# Wallpaper over plaster



## Electric_Andy (17 Feb 2020)

We have to wallpapper my partner's dining room, so we took off the old wallpaper yesterday. It almost fell off because the bare plaster underneath seemingly hadn't been sealed.

My question: We have lots of spare paint. Can we seal the plaster with an emulsion/water mix, or does it have to be proper sealer? My Dad has used watered down PVA glue before but I can't remember if it was successful. Just don't want to buy additional sealers when I have spare paint I could use for free.


----------



## sheddy (17 Feb 2020)

Try 2 test patches ? 
emulsion mixed with 10% water and a 2nd one with diluted pva ?


----------



## MontyVeda (17 Feb 2020)

can't just wallpaper paste be used as a sealer... slop it on, let it dry, then wallpaper as normal.


----------



## johnnyb47 (17 Feb 2020)

I've used to be a plasterer for years and recommend PVA. Mix it with water and paint it on the wall. It will seal in the dry powdery plaster when it dries out.


----------



## screenman (17 Feb 2020)

Electric_Andy said:


> We have to wallpapper my partner's dining room, so we took off the old wallpaper yesterday. It almost fell off because the bare plaster underneath seemingly hadn't been sealed.
> 
> My question: We have lots of spare paint. Can we seal the plaster with an emulsion/water mix, or does it have to be proper sealer? My Dad has used watered down PVA glue before but I can't remember if it was successful. Just don't want to buy additional sealers when I have spare paint I could use for free.

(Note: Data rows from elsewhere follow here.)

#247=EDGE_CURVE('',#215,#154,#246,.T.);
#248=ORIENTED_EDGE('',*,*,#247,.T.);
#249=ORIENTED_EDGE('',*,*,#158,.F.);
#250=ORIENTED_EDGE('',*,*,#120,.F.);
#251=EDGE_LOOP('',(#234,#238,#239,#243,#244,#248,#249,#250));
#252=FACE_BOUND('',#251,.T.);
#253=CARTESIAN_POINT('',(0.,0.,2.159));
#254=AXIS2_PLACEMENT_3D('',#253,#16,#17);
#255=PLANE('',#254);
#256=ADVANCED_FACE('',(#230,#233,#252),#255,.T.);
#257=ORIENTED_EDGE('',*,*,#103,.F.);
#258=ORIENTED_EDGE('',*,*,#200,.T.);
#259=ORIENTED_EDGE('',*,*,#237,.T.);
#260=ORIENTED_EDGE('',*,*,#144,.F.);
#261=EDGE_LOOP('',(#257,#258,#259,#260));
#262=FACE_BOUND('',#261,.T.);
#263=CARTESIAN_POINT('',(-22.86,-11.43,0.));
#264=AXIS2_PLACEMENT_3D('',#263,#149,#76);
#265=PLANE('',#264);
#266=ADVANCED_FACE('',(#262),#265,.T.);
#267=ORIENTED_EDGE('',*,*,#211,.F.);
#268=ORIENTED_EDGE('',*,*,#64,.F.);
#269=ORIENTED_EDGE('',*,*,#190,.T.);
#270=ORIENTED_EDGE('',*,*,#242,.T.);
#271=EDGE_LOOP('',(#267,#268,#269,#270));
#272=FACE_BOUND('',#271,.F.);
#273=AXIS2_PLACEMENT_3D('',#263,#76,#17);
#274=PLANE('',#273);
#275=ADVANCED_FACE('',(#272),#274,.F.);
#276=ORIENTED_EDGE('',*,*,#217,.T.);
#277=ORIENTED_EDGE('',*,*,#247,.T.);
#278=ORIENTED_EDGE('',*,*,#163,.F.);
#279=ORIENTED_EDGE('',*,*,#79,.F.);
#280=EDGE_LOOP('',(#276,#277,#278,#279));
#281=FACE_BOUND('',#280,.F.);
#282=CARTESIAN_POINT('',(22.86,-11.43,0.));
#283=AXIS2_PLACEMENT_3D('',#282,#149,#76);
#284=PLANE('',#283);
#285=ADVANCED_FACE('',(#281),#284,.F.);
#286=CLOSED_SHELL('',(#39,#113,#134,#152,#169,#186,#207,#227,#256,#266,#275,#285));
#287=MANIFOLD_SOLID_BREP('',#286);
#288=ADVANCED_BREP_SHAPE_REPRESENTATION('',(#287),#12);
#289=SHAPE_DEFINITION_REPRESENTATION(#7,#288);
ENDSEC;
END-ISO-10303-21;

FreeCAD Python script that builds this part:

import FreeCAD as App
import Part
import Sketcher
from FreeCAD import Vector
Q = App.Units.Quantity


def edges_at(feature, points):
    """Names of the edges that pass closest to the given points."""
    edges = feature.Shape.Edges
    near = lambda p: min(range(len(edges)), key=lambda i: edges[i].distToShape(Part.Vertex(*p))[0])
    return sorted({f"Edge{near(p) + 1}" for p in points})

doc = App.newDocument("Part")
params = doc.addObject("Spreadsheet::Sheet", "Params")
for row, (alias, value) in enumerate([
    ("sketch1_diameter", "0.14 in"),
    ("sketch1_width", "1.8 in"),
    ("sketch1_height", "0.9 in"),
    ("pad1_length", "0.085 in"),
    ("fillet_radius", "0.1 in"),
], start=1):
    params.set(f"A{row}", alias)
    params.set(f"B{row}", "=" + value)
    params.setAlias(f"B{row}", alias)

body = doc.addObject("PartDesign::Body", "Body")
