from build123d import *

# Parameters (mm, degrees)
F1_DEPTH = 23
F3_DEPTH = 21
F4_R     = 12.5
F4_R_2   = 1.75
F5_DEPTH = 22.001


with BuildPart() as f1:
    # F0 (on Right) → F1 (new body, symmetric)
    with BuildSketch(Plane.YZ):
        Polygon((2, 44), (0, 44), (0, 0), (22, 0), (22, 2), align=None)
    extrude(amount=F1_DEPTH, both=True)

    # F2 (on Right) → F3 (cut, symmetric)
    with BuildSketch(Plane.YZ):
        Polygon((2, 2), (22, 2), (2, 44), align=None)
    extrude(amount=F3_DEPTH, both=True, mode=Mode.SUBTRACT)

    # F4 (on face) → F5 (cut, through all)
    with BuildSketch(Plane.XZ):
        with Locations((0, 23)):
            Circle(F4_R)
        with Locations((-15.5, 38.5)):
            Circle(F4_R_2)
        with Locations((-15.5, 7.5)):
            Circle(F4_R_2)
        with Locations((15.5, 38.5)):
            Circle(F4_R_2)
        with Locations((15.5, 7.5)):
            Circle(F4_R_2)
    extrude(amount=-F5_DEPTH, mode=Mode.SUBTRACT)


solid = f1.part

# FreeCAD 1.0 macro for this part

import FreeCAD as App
import Part
import Sketcher
from FreeCAD import Vector


def add_polygon(sketch, points):
    """Adds a closed chain of lines whose ends are joined by coincident constraints."""
    first, n = sketch.GeometryCount, len(points)
    for a, b in zip(points, points[1:] + points[:1]):
        sketch.addGeometry(Part.LineSegment(App.Vector(*a, 0), App.Vector(*b, 0)), False)
    for i in range(n):
        sketch.addConstraint(Sketcher.Constraint("Coincident", first + i, 2, first + (i + 1) % n, 1))

doc = App.newDocument("Part")
body = doc.addObject("PartDesign::Body", "Body")

# Sketch on YZ plane
sketch1 = doc.addObject("Sketcher::SketchObject", "Sketch")
body.addObject(sketch1)
sketch1.AttachmentSupport = (doc.YZ_Plane, [""])
sketch1.MapMode = "FlatFace"
add_polygon(sketch1, [(2, 44), (0, 44), (0, 0), (22, 0), (22, 2)])  # lines 0-4
sketch1.addConstraint([
    Sketcher.Constraint("Horizontal", 0),
    Sketcher.Constraint("Vertical", 1),
    Sketcher.Constraint("Horizontal", 2),
    Sketcher.Constraint("Vertical", 3),
    Sketcher.Constraint("Coincident", 1, 2, -1, 1),
    Sketcher.Constraint("Equal", 0, 3),
    Sketcher.Constraint("DistanceX", 0, 2, 0, 1, 2.0),
    Sketcher.Constraint("DistanceX", 2, 1, 2, 2, 22.0),
    Sketcher.Constraint("DistanceY", 1, 2, 1, 1, 44.0),
])
pad1 = doc.addObject("PartDesign::Pad", "Pad")
body.addObject(pad1)
pad1.Profile = sketch1
pad1.Length = 46
pad1.Midplane = True

# Sketch on YZ plane
sketch2 = doc.addObject("Sketcher::SketchObject", "Sketch001")
body.addObject(sketch2)
sketch2.AttachmentSupport = (doc.YZ_Plane, [""])
sketch2.MapMode = "FlatFace"
add_polygon(sketch2, [(2, 2), (22, 2), (2, 44)])  # lines 0-2
sketch2.addConstraint([
    Sketcher.Constraint("Horizontal", 0),
    Sketcher.Constraint("Vertical", 2),
    Sketcher.Constraint("DistanceX", 0, 1, 0, 2, 20.0),
    Sketcher.Constraint("DistanceY", 2, 2, 2, 1, 42.0),
    Sketcher.Constraint("DistanceX", -1, 1, 0, 2, 22.0),
    Sketcher.Constraint("DistanceY", -1, 1, 0, 2, 2.0),
])
pocket1 = doc.addObject("PartDesign::Pocket", "Pocket")
body.addObject(pocket1)
pocket1.Profile = sketch2
pocket1.Length = 42
pocket1.Midplane = True

# Sketch on XZ plane
sketch3 = doc.addObject("Sketcher::SketchObject", "Sketch002")
body.addObject(sketch3)
sketch3.AttachmentSupport = (doc.XZ_Plane, [""])
sketch3.MapMode = "FlatFace"
sketch3.addGeometry([
    Part.Circle(Vector(0, 23, 0), Vector(0, 0, 1), 12.5),  # 0
    Part.Circle(Vector(-15.5, 38.5, 0), Vector(0, 0, 1), 1.75),  # 1
    Part.Circle(Vector(-15.5, 7.5, 0), Vector(0, 0, 1), 1.75),  # 2
    Part.Circle(Vector(15.5, 38.5, 0), Vector(0, 0, 1), 1.75),  # 3
    Part.Circle(Vector(15.5, 7.5, 0), Vector(0, 0, 1), 1.75),  # 4
], False)
sketch3.addConstraint([
    Sketcher.Constraint("Equal", 1, 2),
    Sketcher.Constraint("Equal", 2, 3),
    Sketcher.Constraint("Equal", 3, 4),
    Sketcher.Constraint("Symmetric", 1, 3, 3, 3, -2),
    Sketcher.Constraint("Symmetric", 2, 3, 4, 3, -2),
    Sketcher.Constraint("PointOnObject", 0, 3, -2),
    Sketcher.Constraint("Vertical", 1, 3, 2, 3),
    Sketcher.Constraint("Diameter", 0, 25.0),
    Sketcher.Constraint("Diameter", 1, 3.5),
    Sketcher.Constraint("DistanceY", -1, 1, 0, 3, 23.0),
    Sketcher.Constraint("DistanceY", 2, 3, 1, 3, 31.0),
    Sketcher.Constraint("DistanceX", 1, 3, 3, 3, 31.0),
    Sketcher.Constraint("DistanceY", -1, 1, 1, 3, 38.5),
])
pocket2 = doc.addObject("PartDesign::Pocket", "Pocket001")
body.addObject(pocket2)
pocket2.Profile = sketch3
pocket2.Type = "ThroughAll"

doc.recompute()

Did you use a steamer? I agree with PVA for papering over.


----------



## roadrash (17 Feb 2020)

Another vote for pva from me


----------



## Electric_Andy (17 Feb 2020)

pva it is then, thanks. No I didn't use a steamer; the previous wallpaper had been put on over unsealed plaster so it pretty much pulled off with no effort


----------



## raleighnut (17 Feb 2020)

As posted earlier wallpaper paste, it's known as sizeing, even if you treat it any other way it'll still need that paste to allow the paper to slide when you're hanging it.

https://www.google.co.uk/url?sa=t&r...r-77898.html&usg=AOvVaw3GX8s26OldiGZ6bVvP2vOB


----------



## Ian H (17 Feb 2020)

I've always used paste, as recommended in older DIY texts. I wouldn't recommend PVA if it's an older house with solid walls. Solid walls need to breathe.


----------



## Skibird (17 Feb 2020)

Electric_Andy said:


> We have to wallpapper my partner's dining room, so we took off the old wallpaper yesterday. It almost fell off because the bare plaster underneath seemingly hadn't been sealed.
> 
> My question: We have lots of spare paint. Can we seal the plaster with an emulsion/water mix, or does it have to be proper sealer? My Dad has used watered down PVA glue before but I can't remember if it was successful. Just don't want to buy additional sealers when I have spare paint I could use for free.


50-50 Emulsion/Water but not silk, just matt


----------



## TissoT (17 Feb 2020)

As said above wallpaper paste applied straight on the skim/plastered walls ... that's all is needs.


----------



## Electric_Andy (17 Feb 2020)

TissoT said:


> As said above wallpaper paste applied straight on the skim/plastered walls ... that's all is needs.


As in, normal wallpaper paste of the bare plaster wall, let it dry, then stick up the wallpaper as normal? It's an interior wall so plasterboard.


----------



## Sterlo (18 Feb 2020)

They say size doesn't matter but my wallpaper fell off.


----------



## slowmotion (19 Feb 2020)

Packets of wallpaper usually tell you the correct dilution for sizing walls.


----------



## irw (20 Feb 2020)

Point to note- if it's a thin/light coloured paper, you might be wise to do a watered down emulsion coat on the wall first, or your wallpaper may end up not quite looking the shade you think it should. Since the first wall that I didn't(!), and thence regretted, I always do either a white base, or something of a similar colour/shade to the paper that's going on.


----------